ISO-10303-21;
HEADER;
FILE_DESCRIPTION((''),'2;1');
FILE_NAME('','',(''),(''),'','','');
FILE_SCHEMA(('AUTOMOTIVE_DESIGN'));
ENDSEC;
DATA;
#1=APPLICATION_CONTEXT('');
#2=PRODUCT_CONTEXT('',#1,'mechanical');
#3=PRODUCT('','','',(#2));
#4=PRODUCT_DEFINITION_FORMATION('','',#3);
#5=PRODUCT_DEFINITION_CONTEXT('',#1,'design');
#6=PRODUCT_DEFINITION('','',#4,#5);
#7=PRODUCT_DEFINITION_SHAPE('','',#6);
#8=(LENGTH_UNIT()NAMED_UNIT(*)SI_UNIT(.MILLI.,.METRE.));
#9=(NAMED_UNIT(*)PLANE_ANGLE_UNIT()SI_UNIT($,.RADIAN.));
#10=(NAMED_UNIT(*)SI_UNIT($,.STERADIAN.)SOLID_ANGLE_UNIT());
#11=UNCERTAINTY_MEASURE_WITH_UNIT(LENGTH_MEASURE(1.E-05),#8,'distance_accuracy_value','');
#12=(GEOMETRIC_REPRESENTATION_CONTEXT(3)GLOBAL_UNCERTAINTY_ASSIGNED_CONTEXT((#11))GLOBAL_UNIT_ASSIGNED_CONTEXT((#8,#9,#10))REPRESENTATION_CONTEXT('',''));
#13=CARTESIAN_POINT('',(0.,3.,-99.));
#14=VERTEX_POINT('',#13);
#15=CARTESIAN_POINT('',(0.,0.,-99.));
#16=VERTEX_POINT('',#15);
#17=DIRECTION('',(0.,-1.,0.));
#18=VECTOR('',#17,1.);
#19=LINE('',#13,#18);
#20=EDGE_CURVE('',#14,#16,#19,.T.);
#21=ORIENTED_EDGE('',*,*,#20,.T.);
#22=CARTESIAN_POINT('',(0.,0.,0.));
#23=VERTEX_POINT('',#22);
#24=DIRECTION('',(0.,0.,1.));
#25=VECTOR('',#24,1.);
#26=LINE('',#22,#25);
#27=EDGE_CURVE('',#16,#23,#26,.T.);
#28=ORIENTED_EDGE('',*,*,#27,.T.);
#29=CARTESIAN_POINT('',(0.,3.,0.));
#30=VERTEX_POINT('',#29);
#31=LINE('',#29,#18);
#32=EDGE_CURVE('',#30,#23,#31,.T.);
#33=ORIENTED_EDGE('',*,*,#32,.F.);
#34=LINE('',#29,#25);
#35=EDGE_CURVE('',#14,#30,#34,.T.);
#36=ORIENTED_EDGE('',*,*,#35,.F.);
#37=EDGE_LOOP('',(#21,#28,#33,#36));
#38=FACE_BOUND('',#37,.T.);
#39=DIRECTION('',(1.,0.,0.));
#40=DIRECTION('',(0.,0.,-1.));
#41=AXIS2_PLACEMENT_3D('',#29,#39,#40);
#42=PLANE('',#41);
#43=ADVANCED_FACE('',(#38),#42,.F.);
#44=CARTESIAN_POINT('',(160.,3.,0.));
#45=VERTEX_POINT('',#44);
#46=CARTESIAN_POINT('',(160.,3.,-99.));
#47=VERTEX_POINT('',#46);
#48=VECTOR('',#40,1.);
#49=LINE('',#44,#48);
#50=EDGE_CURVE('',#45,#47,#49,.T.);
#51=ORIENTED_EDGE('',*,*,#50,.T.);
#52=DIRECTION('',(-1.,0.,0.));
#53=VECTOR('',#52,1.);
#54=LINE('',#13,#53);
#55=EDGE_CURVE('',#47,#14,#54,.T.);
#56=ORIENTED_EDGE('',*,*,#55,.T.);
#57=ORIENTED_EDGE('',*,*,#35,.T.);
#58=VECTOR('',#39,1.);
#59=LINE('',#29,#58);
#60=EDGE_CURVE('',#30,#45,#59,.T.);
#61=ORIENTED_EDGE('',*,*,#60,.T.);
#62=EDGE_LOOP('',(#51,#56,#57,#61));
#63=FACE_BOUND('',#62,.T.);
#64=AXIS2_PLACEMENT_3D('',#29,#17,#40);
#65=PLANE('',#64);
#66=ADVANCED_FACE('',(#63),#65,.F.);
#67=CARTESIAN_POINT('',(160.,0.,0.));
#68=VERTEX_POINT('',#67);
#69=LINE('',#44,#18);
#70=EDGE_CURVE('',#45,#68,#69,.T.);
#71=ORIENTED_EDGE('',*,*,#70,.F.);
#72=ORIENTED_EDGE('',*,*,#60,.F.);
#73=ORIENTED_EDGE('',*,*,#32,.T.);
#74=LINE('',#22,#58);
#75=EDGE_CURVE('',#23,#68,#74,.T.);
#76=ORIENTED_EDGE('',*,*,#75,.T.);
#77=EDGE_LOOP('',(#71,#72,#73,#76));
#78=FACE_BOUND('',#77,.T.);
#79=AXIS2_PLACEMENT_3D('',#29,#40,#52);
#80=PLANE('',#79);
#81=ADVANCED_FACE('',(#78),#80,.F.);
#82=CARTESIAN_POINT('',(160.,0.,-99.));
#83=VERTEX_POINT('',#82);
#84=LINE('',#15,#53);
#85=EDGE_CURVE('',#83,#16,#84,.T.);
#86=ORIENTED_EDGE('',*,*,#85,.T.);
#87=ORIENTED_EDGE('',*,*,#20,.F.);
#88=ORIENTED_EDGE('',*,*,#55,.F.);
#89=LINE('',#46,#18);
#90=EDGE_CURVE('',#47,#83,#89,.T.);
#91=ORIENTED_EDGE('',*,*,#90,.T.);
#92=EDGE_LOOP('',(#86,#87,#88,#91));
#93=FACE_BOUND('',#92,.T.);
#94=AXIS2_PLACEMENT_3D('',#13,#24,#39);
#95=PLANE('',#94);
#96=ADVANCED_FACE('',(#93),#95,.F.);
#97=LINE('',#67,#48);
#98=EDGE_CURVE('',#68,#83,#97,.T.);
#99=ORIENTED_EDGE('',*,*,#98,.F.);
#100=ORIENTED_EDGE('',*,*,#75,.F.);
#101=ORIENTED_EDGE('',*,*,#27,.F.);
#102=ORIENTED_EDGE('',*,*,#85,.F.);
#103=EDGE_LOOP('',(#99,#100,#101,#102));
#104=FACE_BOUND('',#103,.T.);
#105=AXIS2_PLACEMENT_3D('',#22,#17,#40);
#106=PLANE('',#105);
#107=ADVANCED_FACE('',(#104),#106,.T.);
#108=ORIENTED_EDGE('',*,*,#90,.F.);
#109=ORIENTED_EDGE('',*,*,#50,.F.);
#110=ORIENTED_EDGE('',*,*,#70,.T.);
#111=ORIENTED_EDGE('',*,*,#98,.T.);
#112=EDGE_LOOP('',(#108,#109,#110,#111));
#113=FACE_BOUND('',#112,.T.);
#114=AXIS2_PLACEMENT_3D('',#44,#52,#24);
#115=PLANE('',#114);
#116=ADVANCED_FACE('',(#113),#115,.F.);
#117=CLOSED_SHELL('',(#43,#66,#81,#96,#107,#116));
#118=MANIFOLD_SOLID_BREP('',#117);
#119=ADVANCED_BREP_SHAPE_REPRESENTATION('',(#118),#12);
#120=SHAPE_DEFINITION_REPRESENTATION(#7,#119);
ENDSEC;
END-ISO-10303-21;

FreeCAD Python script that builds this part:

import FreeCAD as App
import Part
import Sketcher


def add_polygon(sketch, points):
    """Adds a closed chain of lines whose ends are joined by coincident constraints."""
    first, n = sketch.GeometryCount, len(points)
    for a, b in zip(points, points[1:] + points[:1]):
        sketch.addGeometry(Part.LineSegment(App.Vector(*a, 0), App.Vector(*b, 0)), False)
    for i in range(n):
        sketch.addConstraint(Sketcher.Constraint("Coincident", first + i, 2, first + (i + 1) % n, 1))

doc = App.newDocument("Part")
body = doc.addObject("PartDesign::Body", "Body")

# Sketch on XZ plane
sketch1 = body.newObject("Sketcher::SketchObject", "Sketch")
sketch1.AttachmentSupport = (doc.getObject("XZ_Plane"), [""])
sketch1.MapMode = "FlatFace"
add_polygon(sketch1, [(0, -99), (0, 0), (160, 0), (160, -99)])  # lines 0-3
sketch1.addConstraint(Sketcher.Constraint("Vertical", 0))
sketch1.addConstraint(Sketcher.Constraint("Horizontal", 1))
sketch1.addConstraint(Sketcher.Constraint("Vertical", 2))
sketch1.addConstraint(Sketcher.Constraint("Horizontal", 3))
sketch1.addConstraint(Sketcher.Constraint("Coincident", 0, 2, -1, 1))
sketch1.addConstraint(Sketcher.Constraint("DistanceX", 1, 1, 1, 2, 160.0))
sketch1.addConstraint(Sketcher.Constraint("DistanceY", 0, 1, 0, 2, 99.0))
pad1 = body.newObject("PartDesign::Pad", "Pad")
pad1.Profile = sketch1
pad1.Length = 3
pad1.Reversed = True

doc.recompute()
* * * * *
Using the data above, repeat exactly the lines that begin at the line with "#24=DIRECTION('',(0.,0.,1.));" and end at the line with "#48=VECTOR('',#40,1.);", both ends included.

#24=DIRECTION('',(0.,0.,1.));
#25=VECTOR('',#24,1.);
#26=LINE('',#22,#25);
#27=EDGE_CURVE('',#16,#23,#26,.T.);
#28=ORIENTED_EDGE('',*,*,#27,.T.);
#29=CARTESIAN_POINT('',(0.,3.,0.));
#30=VERTEX_POINT('',#29);
#31=LINE('',#29,#18);
#32=EDGE_CURVE('',#30,#23,#31,.T.);
#33=ORIENTED_EDGE('',*,*,#32,.F.);
#34=LINE('',#29,#25);
#35=EDGE_CURVE('',#14,#30,#34,.T.);
#36=ORIENTED_EDGE('',*,*,#35,.F.);
#37=EDGE_LOOP('',(#21,#28,#33,#36));
#38=FACE_BOUND('',#37,.T.);
#39=DIRECTION('',(1.,0.,0.));
#40=DIRECTION('',(0.,0.,-1.));
#41=AXIS2_PLACEMENT_3D('',#29,#39,#40);
#42=PLANE('',#41);
#43=ADVANCED_FACE('',(#38),#42,.F.);
#44=CARTESIAN_POINT('',(160.,3.,0.));
#45=VERTEX_POINT('',#44);
#46=CARTESIAN_POINT('',(160.,3.,-99.));
#47=VERTEX_POINT('',#46);
#48=VECTOR('',#40,1.);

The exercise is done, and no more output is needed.